I'm doing customer discovery/development at the moment before going too far
into the actual prototyping. My current business model has changed a bit so
the first product might end up being aimed at enterprises - essentially taking
the top half of the robot platform described in that link and putting it in
the middle of a conference table. The aim being to bring virtual conferencing,
remote desktop assistance, and tele-presentations to the same level of
efficacy as being there in person.

So the product lets you do things like background subtraction behind the
presenter, then stitching their image into the actual presentation or screen.
Simultaneously the presenter gets to see the augmented image on a nearby wall
by way of the projector part (like a portable green-screen). If both sides of
the communication have the device then you can do cool stuff like rotating the
projector to simulate having one party actually _in_ the room with the other
party. Add to that gestural and voice-controlled interfaces and I think its a
step change improvement from existing systems.

------
sambeau
This sounds great at first but I'm unclear about how usable it would actually
be. Any pressure on the device would cause the screen to jump about.
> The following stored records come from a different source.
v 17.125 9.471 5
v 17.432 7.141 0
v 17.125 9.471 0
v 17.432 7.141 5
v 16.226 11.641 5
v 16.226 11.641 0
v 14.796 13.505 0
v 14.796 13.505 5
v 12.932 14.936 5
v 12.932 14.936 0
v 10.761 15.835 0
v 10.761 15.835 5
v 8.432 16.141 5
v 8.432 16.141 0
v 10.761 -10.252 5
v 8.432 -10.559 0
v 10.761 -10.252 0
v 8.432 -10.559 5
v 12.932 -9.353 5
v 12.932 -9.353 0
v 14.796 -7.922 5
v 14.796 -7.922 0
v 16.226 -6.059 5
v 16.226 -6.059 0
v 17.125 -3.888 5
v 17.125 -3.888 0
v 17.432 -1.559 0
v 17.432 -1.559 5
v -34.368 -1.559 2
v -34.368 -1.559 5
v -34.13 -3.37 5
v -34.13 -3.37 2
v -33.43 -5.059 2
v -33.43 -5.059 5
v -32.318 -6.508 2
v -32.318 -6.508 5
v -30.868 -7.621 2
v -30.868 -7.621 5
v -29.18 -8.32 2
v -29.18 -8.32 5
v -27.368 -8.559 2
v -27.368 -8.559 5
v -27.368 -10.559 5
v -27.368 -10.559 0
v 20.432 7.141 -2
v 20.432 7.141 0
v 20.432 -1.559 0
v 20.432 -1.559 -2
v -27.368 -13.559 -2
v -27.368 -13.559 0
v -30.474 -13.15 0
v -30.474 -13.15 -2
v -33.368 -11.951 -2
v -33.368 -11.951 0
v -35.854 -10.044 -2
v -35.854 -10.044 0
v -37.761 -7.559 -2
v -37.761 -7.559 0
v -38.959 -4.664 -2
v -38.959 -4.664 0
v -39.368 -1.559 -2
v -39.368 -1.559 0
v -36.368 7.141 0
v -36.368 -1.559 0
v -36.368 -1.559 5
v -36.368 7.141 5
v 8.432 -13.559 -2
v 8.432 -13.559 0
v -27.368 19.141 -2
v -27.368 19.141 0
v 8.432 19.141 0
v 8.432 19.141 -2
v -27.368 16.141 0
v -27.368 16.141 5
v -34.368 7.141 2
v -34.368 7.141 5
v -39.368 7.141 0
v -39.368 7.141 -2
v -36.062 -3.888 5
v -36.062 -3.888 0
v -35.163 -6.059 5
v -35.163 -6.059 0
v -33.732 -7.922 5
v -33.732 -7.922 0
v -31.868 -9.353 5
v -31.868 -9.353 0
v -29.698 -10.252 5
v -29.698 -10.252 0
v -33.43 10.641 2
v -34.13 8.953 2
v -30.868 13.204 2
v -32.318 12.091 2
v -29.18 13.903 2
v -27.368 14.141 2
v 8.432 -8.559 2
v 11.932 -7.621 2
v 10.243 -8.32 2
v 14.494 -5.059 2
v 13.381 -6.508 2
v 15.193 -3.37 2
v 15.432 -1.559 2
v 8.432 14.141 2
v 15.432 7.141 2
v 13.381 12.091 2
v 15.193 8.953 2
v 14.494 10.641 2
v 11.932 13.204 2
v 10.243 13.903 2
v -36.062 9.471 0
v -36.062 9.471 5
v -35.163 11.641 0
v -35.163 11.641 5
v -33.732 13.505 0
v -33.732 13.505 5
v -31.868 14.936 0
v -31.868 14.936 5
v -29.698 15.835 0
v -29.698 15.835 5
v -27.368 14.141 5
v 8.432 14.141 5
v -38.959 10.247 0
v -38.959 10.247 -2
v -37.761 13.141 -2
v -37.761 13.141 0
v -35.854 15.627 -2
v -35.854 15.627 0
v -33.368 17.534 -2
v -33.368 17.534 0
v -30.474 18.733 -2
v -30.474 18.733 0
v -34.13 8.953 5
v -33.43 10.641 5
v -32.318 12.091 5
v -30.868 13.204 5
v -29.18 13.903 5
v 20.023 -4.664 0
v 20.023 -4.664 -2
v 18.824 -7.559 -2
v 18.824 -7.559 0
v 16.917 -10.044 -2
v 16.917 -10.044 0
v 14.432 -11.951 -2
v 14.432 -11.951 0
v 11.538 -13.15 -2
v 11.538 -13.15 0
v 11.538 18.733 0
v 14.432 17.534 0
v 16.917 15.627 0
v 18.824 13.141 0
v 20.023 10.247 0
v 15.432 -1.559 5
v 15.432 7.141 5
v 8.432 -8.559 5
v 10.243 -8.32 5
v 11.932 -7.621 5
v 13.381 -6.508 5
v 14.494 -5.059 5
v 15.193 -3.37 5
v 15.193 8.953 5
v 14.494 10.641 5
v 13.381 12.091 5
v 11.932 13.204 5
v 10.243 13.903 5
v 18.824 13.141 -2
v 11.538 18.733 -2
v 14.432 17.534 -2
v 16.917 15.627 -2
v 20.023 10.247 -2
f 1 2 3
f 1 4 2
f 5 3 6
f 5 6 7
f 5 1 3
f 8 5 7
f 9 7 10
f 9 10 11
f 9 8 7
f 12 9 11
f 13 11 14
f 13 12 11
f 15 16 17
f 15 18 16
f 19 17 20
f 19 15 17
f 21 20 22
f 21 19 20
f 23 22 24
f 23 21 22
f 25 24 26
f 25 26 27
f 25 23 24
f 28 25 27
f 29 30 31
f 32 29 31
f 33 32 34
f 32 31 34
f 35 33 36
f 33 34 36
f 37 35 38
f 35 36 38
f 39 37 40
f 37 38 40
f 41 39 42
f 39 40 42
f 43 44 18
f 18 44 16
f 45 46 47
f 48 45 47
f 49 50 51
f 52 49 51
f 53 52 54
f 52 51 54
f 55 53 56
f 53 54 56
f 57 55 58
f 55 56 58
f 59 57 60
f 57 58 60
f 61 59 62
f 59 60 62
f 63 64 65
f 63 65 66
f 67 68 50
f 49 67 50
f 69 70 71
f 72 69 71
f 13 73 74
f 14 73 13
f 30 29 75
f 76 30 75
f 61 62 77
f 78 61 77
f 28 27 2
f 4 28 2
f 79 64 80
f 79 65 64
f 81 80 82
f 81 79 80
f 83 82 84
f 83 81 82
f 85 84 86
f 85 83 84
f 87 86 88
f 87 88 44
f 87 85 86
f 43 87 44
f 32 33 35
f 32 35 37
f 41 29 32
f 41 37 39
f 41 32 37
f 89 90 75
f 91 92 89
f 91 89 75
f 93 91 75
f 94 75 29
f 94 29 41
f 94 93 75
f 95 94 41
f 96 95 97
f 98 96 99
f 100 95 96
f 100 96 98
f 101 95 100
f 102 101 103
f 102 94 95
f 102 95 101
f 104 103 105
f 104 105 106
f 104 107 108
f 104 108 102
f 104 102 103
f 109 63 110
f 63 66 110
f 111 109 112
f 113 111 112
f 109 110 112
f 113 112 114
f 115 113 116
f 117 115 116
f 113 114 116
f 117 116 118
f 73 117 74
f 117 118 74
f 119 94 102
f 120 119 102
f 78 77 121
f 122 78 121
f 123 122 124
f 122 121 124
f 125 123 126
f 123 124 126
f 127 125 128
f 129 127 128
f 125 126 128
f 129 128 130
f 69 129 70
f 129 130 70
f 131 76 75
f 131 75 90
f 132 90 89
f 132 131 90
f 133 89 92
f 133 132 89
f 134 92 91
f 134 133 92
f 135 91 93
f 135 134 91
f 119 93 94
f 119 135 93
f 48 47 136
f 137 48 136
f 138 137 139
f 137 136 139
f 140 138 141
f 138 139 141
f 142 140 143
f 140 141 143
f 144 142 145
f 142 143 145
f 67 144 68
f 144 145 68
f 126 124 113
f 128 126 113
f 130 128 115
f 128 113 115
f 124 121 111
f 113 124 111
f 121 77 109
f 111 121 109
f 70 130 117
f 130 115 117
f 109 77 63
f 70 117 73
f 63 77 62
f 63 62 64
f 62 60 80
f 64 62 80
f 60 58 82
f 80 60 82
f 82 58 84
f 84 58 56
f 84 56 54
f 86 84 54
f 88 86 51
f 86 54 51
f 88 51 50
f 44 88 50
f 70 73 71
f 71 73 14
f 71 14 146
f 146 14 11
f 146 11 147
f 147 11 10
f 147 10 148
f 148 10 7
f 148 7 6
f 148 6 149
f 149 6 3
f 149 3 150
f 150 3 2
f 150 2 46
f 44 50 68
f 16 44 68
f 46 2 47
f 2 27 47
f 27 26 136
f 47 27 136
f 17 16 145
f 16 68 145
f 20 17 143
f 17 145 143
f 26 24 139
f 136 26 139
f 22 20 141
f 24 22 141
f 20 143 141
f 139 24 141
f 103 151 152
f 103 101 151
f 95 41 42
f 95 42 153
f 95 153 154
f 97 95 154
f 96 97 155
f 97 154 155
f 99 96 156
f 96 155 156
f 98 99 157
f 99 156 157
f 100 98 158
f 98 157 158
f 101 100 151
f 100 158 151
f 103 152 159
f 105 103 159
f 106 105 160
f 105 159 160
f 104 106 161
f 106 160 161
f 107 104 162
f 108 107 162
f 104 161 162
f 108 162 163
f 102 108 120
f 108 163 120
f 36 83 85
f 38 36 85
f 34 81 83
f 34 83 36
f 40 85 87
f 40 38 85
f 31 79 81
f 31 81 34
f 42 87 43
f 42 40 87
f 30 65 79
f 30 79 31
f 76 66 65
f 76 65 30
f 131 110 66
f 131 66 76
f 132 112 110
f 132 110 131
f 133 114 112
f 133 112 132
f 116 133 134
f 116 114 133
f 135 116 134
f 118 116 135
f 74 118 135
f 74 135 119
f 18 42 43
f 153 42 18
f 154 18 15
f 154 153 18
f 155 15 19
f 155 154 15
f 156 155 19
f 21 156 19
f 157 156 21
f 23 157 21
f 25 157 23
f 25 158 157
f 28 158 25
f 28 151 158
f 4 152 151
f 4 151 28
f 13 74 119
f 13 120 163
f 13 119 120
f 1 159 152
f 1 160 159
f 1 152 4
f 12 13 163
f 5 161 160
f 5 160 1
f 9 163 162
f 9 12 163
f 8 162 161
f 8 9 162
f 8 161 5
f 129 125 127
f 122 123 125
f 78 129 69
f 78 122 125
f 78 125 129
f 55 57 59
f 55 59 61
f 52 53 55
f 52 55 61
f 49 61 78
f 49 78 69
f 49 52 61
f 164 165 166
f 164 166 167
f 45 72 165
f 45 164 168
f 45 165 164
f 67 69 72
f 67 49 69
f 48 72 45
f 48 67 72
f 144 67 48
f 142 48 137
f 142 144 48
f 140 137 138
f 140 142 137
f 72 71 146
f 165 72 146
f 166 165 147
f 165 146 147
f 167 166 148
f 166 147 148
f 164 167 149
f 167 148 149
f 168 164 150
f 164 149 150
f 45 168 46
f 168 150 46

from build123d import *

# Parameters (mm, degrees)
F0_W     = 53.8
F0_H     = 26.7
F1_DEPTH = 5
F2_R     = 9
F3_T     = -2
F5_DEPTH = 2


with BuildPart() as f1:
    # F0 (on Top) → F1 (new body)
    with BuildSketch(Plane.XY):
        with Locations((-9.468303, 2.791487)):
            Rectangle(F0_W, F0_H)
    extrude(amount=F1_DEPTH)

    # F2
    f2_edges = [f1.edges().sort_by_distance(p)[0] for p in [
        (-36.368303, 16.141487, 2.5),
        (17.431697, 16.141487, 2.5),
        (17.431697, -10.558513, 2.5),
        (-36.368303, -10.558513, 2.5),
    ]]
    fillet(f2_edges, radius=F2_R)

    # F3
    f3_openings = [f1.faces().sort_by_distance(p)[0] for p in [
        (-9.468303, 2.791487, 5),
    ]]
    offset(amount=F3_T, openings=f3_openings)

    # F4 (on face) → F5 (join)
    with BuildSketch(Plane(origin=(0, 0, 0), x_dir=(1, 0, 0), z_dir=(0, 0, -1))):
        with BuildLine():
            Line((20.431697, -7.141487), (20.431697, 1.558513))
            ThreePointArc((20.431697, 1.558513), (16.916978, 10.043794), (8.431697, 13.558513))
            Line((8.431697, 13.558513), (-27.368303, 13.558513))
            ThreePointArc((-27.368303, 13.558513), (-35.853585, 10.043794), (-39.368303, 1.558513))
            Line((-39.368303, 1.558513), (-39.368303, -7.141487))
            ThreePointArc((-39.368303, -7.141487), (-35.853585, -15.626768), (-27.368303, -19.141487))
            Line((-27.368303, -19.141487), (8.431697, -19.141487))
            ThreePointArc((8.431697, -19.141487), (16.916978, -15.626768), (20.431697, -7.141487))
        make_face()
        with BuildLine():
            Line((17.431697, 1.558513), (17.431697, -7.141487))
            ThreePointArc((17.431697, -7.141487), (14.795658, -13.505448), (8.431697, -16.141487))
            Line((8.431697, -16.141487), (-27.368303, -16.141487))
            ThreePointArc((-27.368303, -16.141487), (-33.732264, -13.505448), (-36.368303, -7.141487))
            Line((-36.368303, -7.141487), (-36.368303, 1.558513))
            ThreePointArc((-36.368303, 1.558513), (-33.732264, 7.922474), (-27.368303, 10.558513))
            Line((-27.368303, 10.558513), (8.431697, 10.558513))
            ThreePointArc((8.431697, 10.558513), (14.795658, 7.922474), (17.431697, 1.558513))
        make_face(mode=Mode.SUBTRACT)
        with BuildLine():
            ThreePointArc((8.431697, -16.141487), (14.795658, -13.505448), (17.431697, -7.141487))
            Line((17.431697, -7.141487), (17.431697, 1.558513))
            ThreePointArc((17.431697, 1.558513), (14.795658, 7.922474), (8.431697, 10.558513))
            Line((8.431697, 10.558513), (-27.368303, 10.558513))
            ThreePointArc((-27.368303, 10.558513), (-33.732264, 7.922474), (-36.368303, 1.558513))
            Line((-36.368303, 1.558513), (-36.368303, -7.141487))
            ThreePointArc((-36.368303, -7.141487), (-33.732264, -13.505448), (-27.368303, -16.141487))
            Line((-27.368303, -16.141487), (8.431697, -16.141487))
        make_face()
    extrude(amount=F5_DEPTH)


solid = f1.part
I could see it being ok in start-then-put-down mode for Movies and Slideshows.
But how often do we use phones like that? I look at photos in tiny batches
normally with one other person, usually in a crowded place: pub, restaurant,
car. I rarely watch movies on my iPhone but when I do it is usually on a train
or in a car.

The need for a static white wall and a conveniently tall table in an uncrowded
space makes me question the utility of this at all.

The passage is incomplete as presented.